Non, l'Europe ne fait pas rien contre le coronavirus!

© RCF

Dans le traitement de la crise du coronavirus, beaucoup critiquent l'Europe, mettant en avant la Russie ou la Chine, une critique néfaste pour Isabelle de Gaulmyn

Ces derniers temps, nombreux ont été ceux qui, dans les journaux ou plateaux télé, ont fustigé l’Europe. On montrait des chinois venant en aide aux Italiens, des avions russes atterrir en Lombardie, et en revanche, des drapeaux européens déchirés de rage, par les mouvements populistes en Italie comme en Espagne. Cet euro-bashing, non seulement est complètement faux, mais en plus dangereux. Il instille cette petite musique dans l’esprit des gens, que l’Europe ne sert à rien, qu’elle a failli, et que finalement, d’autres solidarités, avec la Russie ou la Chine, sont plus efficaces.

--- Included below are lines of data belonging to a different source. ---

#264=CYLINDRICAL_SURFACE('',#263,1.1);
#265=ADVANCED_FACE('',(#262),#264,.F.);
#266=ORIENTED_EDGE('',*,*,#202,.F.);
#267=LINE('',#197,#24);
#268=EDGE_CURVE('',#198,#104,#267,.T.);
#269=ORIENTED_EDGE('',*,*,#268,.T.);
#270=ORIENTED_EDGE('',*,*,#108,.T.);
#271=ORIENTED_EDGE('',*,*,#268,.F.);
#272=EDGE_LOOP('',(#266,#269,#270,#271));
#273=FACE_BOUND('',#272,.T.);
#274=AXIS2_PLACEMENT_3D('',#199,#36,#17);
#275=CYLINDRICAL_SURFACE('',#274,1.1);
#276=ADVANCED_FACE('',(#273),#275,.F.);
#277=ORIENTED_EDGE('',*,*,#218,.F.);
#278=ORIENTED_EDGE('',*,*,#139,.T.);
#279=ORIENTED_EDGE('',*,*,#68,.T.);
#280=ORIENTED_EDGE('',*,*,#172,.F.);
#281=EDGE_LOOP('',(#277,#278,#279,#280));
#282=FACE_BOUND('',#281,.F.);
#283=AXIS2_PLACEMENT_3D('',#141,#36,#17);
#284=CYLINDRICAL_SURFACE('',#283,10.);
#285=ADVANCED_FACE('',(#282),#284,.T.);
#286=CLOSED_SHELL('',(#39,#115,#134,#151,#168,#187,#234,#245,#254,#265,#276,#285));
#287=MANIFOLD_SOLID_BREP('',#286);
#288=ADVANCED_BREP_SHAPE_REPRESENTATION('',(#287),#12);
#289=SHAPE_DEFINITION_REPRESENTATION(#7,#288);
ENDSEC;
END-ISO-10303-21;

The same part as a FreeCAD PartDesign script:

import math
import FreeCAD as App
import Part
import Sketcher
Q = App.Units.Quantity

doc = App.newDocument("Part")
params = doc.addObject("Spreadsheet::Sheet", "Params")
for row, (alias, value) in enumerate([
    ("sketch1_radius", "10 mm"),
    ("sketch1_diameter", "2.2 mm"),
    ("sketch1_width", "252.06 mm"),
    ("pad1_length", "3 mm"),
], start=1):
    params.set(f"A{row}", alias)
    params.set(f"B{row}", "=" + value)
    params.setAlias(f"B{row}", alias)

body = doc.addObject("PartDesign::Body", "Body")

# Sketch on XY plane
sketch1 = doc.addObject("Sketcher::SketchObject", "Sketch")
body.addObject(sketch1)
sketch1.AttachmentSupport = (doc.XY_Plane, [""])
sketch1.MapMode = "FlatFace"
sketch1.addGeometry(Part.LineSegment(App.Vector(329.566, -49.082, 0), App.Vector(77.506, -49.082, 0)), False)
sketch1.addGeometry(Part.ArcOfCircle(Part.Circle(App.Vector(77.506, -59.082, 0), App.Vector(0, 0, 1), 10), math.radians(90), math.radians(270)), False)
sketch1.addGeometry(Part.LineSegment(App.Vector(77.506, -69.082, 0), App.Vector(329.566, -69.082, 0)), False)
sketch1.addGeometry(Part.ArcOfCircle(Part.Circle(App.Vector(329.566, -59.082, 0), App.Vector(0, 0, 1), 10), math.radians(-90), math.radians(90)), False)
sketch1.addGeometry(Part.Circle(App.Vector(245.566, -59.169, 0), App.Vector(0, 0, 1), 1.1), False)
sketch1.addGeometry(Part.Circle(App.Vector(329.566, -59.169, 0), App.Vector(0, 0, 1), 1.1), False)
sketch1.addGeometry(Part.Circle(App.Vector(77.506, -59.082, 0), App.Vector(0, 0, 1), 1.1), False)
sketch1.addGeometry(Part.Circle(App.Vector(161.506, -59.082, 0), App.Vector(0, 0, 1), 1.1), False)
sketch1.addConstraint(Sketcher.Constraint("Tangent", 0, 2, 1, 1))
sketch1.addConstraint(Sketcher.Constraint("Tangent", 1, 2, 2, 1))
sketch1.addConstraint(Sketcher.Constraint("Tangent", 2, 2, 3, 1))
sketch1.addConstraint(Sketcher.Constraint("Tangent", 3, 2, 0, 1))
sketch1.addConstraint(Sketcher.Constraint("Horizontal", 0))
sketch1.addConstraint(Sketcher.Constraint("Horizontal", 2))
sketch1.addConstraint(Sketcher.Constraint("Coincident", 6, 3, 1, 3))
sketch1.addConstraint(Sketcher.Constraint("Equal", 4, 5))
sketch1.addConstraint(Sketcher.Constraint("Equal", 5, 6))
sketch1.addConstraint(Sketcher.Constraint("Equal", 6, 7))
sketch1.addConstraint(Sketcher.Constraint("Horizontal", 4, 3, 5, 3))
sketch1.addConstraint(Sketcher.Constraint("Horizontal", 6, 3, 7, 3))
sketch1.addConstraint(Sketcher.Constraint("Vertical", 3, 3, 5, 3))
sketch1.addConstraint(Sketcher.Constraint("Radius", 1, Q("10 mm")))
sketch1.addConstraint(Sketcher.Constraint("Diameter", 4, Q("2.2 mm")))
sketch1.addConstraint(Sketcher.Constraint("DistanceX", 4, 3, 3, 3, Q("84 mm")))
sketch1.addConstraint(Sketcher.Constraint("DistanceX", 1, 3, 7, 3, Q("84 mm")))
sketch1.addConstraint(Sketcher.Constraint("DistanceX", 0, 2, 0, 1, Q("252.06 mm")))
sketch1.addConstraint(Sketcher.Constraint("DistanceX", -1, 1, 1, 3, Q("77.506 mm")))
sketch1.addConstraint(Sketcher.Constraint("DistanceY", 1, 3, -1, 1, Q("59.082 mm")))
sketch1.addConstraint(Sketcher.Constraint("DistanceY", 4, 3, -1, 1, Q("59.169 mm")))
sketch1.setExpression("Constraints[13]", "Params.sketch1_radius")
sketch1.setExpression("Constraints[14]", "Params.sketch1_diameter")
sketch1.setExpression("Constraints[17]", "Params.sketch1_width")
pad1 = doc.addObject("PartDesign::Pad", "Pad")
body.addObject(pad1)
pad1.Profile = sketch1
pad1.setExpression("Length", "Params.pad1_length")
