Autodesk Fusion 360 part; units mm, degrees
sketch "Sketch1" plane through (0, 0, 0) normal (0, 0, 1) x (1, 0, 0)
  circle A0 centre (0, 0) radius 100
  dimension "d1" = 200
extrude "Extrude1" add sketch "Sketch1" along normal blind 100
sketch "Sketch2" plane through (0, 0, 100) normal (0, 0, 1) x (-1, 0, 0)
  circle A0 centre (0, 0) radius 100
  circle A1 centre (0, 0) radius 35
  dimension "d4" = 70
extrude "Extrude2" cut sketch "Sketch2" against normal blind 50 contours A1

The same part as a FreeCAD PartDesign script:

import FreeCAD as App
import Part
import Sketcher

doc = App.newDocument("Part")
body = doc.addObject("PartDesign::Body", "Body")

# Sketch on XY plane
sketch1 = doc.addObject("Sketcher::SketchObject", "Sketch")
body.addObject(sketch1)
sketch1.AttachmentSupport = (doc.XY_Plane, [""])
sketch1.MapMode = "FlatFace"
sketch1.addGeometry(Part.Circle(App.Vector(0, 0, 0), App.Vector(0, 0, 1), 100), False)
sketch1.addConstraint(Sketcher.Constraint("Coincident", 0, 3, -1, 1))
sketch1.addConstraint(Sketcher.Constraint("Diameter", 0, 200.0))
pad1 = doc.addObject("PartDesign::Pad", "Pad")
body.addObject(pad1)
pad1.Profile = sketch1
pad1.Length = 100

# Sketch on XY plane
sketch2 = doc.addObject("Sketcher::SketchObject", "Sketch001")
body.addObject(sketch2)
sketch2.AttachmentSupport = (doc.XY_Plane, [""])
sketch2.MapMode = "FlatFace"
sketch2.AttachmentOffset = App.Placement(App.Vector(0, 0, 100), App.Rotation())
sketch2.addGeometry(Part.Circle(App.Vector(0, 0, 0), App.Vector(0, 0, 1), 35), False)
sketch2.addConstraint(Sketcher.Constraint("Coincident", 0, 3, -1, 1))
sketch2.addConstraint(Sketcher.Constraint("Diameter", 0, 70.0))
pocket1 = doc.addObject("PartDesign::Pocket", "Pocket")
body.addObject(pocket1)
pocket1.Profile = sketch2
pocket1.Length = 50

doc.recompute()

C’est totalement faux. Certes, il y a eu des maladresses au début, mais, personne n’avait alors pris la mesure, dans aucun pays, de la gravité de l’épidémie. Ensuite, l’aide apportée à l’Italie par les pays européens, les transferts de malades, les mises en commun d’achat de matériel, n’ont rien à voir avec les quelques matériaux débarqués par les Russes, ou les chinois, à grand renfort de publicité Des fonds de cohésion ont été débloqués dès le 30 mars par l’Europe pour les pays touchés.Plus largement en Europe, Il y a eu beaucoup de gestes de solidarité, même moins médiatisés : des malades français ou italiens pris en charge par l’Allemagne. Des coups de main réciproques entre les Tchèques et Polonais. Certes, il n’existe pas d’ambulances avec le drapeau européen, car la santé ne fait pas partie des compétences européennes. Mais pour la recherche, des programmes européens de recherche ont été lancés qui permet à des laboratoires de différents pays de collaborer ensemble.

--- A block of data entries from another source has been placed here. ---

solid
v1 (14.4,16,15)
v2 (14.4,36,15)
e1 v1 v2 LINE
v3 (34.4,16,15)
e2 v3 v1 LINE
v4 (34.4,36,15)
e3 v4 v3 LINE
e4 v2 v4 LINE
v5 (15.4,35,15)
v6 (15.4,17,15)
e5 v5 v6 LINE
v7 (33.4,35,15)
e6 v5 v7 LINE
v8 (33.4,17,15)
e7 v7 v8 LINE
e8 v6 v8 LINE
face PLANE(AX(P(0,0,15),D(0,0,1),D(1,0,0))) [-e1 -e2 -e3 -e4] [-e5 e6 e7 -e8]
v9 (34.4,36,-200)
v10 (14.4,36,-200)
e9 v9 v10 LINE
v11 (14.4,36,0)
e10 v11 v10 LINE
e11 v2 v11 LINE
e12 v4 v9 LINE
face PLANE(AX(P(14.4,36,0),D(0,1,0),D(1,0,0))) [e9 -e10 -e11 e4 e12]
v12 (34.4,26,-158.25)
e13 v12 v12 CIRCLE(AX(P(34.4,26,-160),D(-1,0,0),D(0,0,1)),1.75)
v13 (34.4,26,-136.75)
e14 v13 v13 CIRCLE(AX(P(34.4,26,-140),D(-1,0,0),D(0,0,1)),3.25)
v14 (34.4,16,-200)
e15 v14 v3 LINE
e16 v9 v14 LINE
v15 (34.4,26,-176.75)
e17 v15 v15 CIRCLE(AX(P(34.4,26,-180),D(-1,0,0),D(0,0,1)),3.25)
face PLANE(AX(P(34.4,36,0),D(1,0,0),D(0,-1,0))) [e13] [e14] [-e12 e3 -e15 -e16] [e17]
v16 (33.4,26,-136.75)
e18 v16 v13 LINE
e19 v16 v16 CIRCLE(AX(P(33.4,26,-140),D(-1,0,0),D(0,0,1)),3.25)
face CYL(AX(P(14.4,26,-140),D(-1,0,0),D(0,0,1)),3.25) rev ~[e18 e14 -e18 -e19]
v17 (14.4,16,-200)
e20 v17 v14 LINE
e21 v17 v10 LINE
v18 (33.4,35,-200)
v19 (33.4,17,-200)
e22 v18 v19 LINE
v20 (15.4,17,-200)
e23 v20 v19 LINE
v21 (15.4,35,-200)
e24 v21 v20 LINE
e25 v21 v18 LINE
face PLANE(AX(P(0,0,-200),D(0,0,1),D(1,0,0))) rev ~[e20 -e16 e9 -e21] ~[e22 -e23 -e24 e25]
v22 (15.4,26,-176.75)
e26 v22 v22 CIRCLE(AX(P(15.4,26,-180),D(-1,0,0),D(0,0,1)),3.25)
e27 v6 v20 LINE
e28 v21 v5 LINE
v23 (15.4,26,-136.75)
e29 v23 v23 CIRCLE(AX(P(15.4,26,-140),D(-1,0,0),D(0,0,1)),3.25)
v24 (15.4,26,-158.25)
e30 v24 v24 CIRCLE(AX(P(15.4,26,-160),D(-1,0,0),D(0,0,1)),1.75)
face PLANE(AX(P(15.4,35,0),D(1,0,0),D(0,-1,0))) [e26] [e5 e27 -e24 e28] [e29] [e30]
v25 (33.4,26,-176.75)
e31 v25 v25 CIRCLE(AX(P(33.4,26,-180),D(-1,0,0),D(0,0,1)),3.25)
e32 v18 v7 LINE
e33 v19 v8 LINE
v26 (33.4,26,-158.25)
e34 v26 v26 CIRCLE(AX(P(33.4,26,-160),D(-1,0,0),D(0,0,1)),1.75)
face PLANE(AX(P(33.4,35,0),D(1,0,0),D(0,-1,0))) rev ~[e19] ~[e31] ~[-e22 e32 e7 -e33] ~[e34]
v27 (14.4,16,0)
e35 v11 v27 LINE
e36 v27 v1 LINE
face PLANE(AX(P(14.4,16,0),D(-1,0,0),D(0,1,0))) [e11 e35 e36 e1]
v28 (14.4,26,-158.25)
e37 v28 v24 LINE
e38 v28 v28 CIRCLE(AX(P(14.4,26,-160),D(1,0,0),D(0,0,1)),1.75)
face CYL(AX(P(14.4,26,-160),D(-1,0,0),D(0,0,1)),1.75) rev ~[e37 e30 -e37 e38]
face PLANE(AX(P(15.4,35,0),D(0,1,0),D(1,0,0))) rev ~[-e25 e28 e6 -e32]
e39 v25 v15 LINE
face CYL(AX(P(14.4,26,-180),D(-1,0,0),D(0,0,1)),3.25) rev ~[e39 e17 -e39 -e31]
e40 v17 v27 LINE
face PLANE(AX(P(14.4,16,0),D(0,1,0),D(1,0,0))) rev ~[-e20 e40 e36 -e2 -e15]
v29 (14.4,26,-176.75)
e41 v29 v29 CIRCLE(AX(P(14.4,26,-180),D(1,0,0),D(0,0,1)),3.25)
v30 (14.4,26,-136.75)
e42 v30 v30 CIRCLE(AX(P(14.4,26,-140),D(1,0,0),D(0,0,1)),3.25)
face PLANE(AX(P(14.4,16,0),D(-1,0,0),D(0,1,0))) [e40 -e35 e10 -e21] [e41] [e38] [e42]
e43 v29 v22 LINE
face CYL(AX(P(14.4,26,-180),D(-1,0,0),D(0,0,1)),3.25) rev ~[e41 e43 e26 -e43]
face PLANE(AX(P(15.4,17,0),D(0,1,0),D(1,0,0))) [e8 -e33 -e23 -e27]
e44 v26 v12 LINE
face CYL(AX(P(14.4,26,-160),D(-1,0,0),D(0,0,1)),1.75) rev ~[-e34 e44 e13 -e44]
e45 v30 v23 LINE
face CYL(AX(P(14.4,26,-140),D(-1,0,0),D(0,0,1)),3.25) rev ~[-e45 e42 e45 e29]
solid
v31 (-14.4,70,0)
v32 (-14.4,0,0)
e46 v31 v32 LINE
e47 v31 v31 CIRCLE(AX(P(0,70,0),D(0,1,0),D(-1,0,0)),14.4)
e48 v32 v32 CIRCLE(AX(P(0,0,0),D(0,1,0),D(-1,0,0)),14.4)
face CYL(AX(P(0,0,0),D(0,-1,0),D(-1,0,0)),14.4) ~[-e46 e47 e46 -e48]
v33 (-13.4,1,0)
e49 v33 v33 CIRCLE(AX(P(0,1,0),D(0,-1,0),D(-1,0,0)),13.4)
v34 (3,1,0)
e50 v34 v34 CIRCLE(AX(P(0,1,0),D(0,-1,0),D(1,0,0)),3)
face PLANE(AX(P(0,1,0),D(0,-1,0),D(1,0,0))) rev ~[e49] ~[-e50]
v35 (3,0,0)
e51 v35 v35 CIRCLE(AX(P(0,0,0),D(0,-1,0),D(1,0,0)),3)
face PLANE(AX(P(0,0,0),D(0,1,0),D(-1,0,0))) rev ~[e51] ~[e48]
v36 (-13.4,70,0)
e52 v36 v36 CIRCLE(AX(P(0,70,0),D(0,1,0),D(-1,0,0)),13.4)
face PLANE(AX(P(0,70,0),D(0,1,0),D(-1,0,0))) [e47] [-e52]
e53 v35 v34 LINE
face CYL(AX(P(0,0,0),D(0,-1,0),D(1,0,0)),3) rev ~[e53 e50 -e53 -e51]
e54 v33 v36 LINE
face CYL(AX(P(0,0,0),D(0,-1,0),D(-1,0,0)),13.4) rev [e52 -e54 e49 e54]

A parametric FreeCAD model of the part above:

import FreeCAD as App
import Part
import Sketcher
Q = App.Units.Quantity

doc = App.newDocument("Part")
body = doc.addObject("PartDesign::Body", "Body")
body.AllowCompound = True

# Sketch on XZ plane
sketch1 = body.newObject("Sketcher::SketchObject", "Sketch")
sketch1.AttachmentSupport = (doc.getObject("XZ_Plane"), [""])
sketch1.MapMode = "FlatFace"
sketch1.addGeometry(Part.Circle(App.Vector(0, 0, 0), App.Vector(0, 0, 1), 14), False)
sketch1.addGeometry(Part.Circle(App.Vector(0, 0, 0), App.Vector(0, 0, 1), 13), False)
sketch1.addConstraint(Sketcher.Constraint("Coincident", 0, 3, -1, 1))
sketch1.addConstraint(Sketcher.Constraint("Coincident", 1, 3, -1, 1))
sketch1.addConstraint(Sketcher.Constraint("Diameter", 0, Q("28.8 mm")))
sketch1.addConstraint(Sketcher.Constraint("Diameter", 1, Q("26.8 mm")))
pad1 = body.newObject("PartDesign::Pad", "Pad")
pad1.Profile = sketch1
pad1.Length = 70
pad1.Reversed = True

# Sketch on XZ plane
sketch2 = body.newObject("Sketcher::SketchObject", "Sketch001")
sketch2.AttachmentSupport = (doc.getObject("XZ_Plane"), [""])
sketch2.MapMode = "FlatFace"
sketch2.addGeometry(Part.Circle(App.Vector(0, 0, 0), App.Vector(0, 0, 1), 14), False)
sketch2.addConstraint(Sketcher.Constraint("Coincident", 0, 3, -1, 1))
sketch2.addConstraint(Sketcher.Constraint("Diameter", 0, Q("28.8 mm")))
pad2 = body.newObject("PartDesign::Pad", "Pad001")
pad2.Profile = sketch2
pad2.Length = 1
pad2.Reversed = True

# Sketch on XY plane
sketch3 = body.newObject("Sketcher::SketchObject", "Sketch002")
sketch3.AttachmentSupport = (doc.getObject("XY_Plane"), [""])
sketch3.MapMode = "FlatFace"
sketch3.addGeometry(Part.LineSegment(App.Vector(14, 36, 0), App.Vector(14, 16, 0)), False)
sketch3.addGeometry(Part.LineSegment(App.Vector(14, 16, 0), App.Vector(34, 16, 0)), False)
sketch3.addGeometry(Part.LineSegment(App.Vector(34, 16, 0), App.Vector(34, 36, 0)), False)
sketch3.addGeometry(Part.LineSegment(App.Vector(34, 36, 0), App.Vector(14, 36, 0)), False)
sketch3.addGeometry(Part.LineSegment(App.Vector(15, 17, 0), App.Vector(15, 35, 0)), False)
sketch3.addGeometry(Part.LineSegment(App.Vector(15, 35, 0), App.Vector(33, 35, 0)), False)
sketch3.addGeometry(Part.LineSegment(App.Vector(33, 35, 0), App.Vector(33, 17, 0)), False)
sketch3.addGeometry(Part.LineSegment(App.Vector(33, 17, 0), App.Vector(15, 17, 0)), False)
sketch3.addConstraint(Sketcher.Constraint("Coincident", 0, 2, 1, 1))
sketch3.addConstraint(Sketcher.Constraint("Coincident", 1, 2, 2, 1))
sketch3.addConstraint(Sketcher.Constraint("Coincident", 2, 2, 3, 1))
sketch3.addConstraint(Sketcher.Constraint("Coincident", 3, 2, 0, 1))
sketch3.addConstraint(Sketcher.Constraint("Coincident", 4, 2, 5, 1))
sketch3.addConstraint(Sketcher.Constraint("Coincident", 5, 2, 6, 1))
sketch3.addConstraint(Sketcher.Constraint("Coincident", 6, 2, 7, 1))
sketch3.addConstraint(Sketcher.Constraint("Coincident", 7, 2, 4, 1))
sketch3.addConstraint(Sketcher.Constraint("Vertical", 0))
sketch3.addConstraint(Sketcher.Constraint("Horizontal", 1))
sketch3.addConstraint(Sketcher.Constraint("Vertical", 2))
sketch3.addConstraint(Sketcher.Constraint("Horizontal", 3))
sketch3.addConstraint(Sketcher.Constraint("Vertical", 4))
sketch3.addConstraint(Sketcher.Constraint("Horizontal", 5))
sketch3.addConstraint(Sketcher.Constraint("Vertical", 6))
sketch3.addConstraint(Sketcher.Constraint("Horizontal", 7))
sketch3.addConstraint(Sketcher.Constraint("Equal", 3, 0))
sketch3.addConstraint(Sketcher.Constraint("Equal", 7, 4))
sketch3.addConstraint(Sketcher.Constraint("DistanceX", 1, 1, 1, 2, Q("20 mm")))
sketch3.addConstraint(Sketcher.Constraint("DistanceY", -1, 1, 0, 2, Q("16 mm")))
sketch3.addConstraint(Sketcher.Constraint("DistanceX", 3, 2, 4, 2, Q("1 mm")))
sketch3.addConstraint(Sketcher.Constraint("DistanceY", 4, 2, 3, 2, Q("1 mm")))
sketch3.addConstraint(Sketcher.Constraint("DistanceX", 5, 2, 2, 2, Q("1 mm")))
sketch3.addConstraint(Sketcher.Constraint("DistanceX", -1, 1, 0, 2, Q("14.4 mm")))
pad3 = body.newObject("PartDesign::Pad", "Pad002")
pad3.Profile = sketch3
pad3.Type = "TwoLengths"
pad3.Length = 15
pad3.Length2 = 200

# Sketch on XZ plane
sketch4 = body.newObject("Sketcher::SketchObject", "Sketch003")
sketch4.AttachmentSupport = (doc.getObject("XZ_Plane"), [""])
sketch4.MapMode = "FlatFace"
sketch4.addGeometry(Part.Circle(App.Vector(0, 0, 0), App.Vector(0, 0, 1), 3), False)
sketch4.addConstraint(Sketcher.Constraint("Coincident", 0, 3, -1, 1))
sketch4.addConstraint(Sketcher.Constraint("Diameter", 0, Q("6 mm")))
pocket1 = body.newObject("PartDesign::Pocket", "Pocket")
pocket1.Profile = sketch4
pocket1.Length = 15

# Sketch on YZ plane
sketch5 = body.newObject("Sketcher::SketchObject", "Sketch004")
sketch5.AttachmentSupport = (doc.getObject("YZ_Plane"), [""])
sketch5.MapMode = "FlatFace"
sketch5.AttachmentOffset = App.Placement(App.Vector(0, 0, 14.4), App.Rotation())
sketch5.addGeometry(Part.Circle(App.Vector(26, -180, 0), App.Vector(0, 0, 1), 3.2), False)
sketch5.addGeometry(Part.Circle(App.Vector(26, -140, 0), App.Vector(0, 0, 1), 3.2), False)
sketch5.addConstraint(Sketcher.Constraint("Equal", 0, 1))
sketch5.addConstraint(Sketcher.Constraint("Vertical", 0, 3, 1, 3))
sketch5.addConstraint(Sketcher.Constraint("Diameter", 0, Q("6.5 mm")))
sketch5.addConstraint(Sketcher.Constraint("DistanceY", 0, 3, 1, 3, Q("40 mm")))
sketch5.addConstraint(Sketcher.Constraint("DistanceX", -1, 1, 0, 3, Q("26 mm")))
sketch5.addConstraint(Sketcher.Constraint("DistanceY", 0, 3, -1, 1, Q("180 mm")))
pocket2 = body.newObject("PartDesign::Pocket", "Pocket001")
pocket2.Profile = sketch5
pocket2.Length = 30
pocket2.Reversed = True

# Sketch on YZ plane
sketch6 = body.newObject("Sketcher::SketchObject", "Sketch005")
sketch6.AttachmentSupport = (doc.getObject("YZ_Plane"), [""])
sketch6.MapMode = "FlatFace"
sketch6.AttachmentOffset = App.Placement(App.Vector(0, 0, 14.4), App.Rotation())
sketch6.addGeometry(Part.Circle(App.Vector(26, -160, 0), App.Vector(0, 0, 1), 1.8), False)
sketch6.addConstraint(Sketcher.Constraint("Diameter", 0, Q("3.5 mm")))
sketch6.addConstraint(Sketcher.Constraint("DistanceX", -1, 1, 0, 3, Q("26 mm")))
sketch6.addConstraint(Sketcher.Constraint("DistanceY", 0, 3, -1, 1, Q("160 mm")))
pocket3 = body.newObject("PartDesign::Pocket", "Pocket002")
pocket3.Profile = sketch6
pocket3.Length = 30
pocket3.Reversed = True

doc.recompute()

Il y a eu aussi ce que l’on peut appeler une « solidarité indirecte». C’est-à-dire que du jour au lendemain, on a supprimé toutes les obligations en matière de stabilité budgétaire, tout comme les règles qui encadrent les pays pour éviter les distorsions de concurrences, laissant aux gouvernements de chaque pays la possibilité d’intervenir pour aider massivement leurs économies. Alors c’est vrai qu’il reste maintenant à mettre en place, pour l’après-crise , une solidarité financière européenne. On a surtout retenu les propos des Pays Bas, pays du Nord, contre les pays du Sud, et en particulier l’Italie. Mais depuis une prise de conscience assez exceptionnelle s ‘est fait jour, pour trouver une réponse adéquate au niveau européen, y compris dans les pays les plus réticents. Un certain nombre de propositions sont sur la table, et ce sera à l’eurogroupe de mardi de commencer à discuter les instruments financiers les plus à même de permettre la relance. Une forme de malédiction pèse sur les pays du sud, premiers touchés par la crise de l’euro, pour les migrants, et maintenant, la crise sanitaire. Mais il faut rappeler que la solidarité est inhérente au projet européen. L’Europe a trois piliers dit Jacques Delors, la concurrence qui stimule, la coopération qui renforce, et la solidarité qui unit. S’il manque l’un des trois, c’en est finit du projet européen.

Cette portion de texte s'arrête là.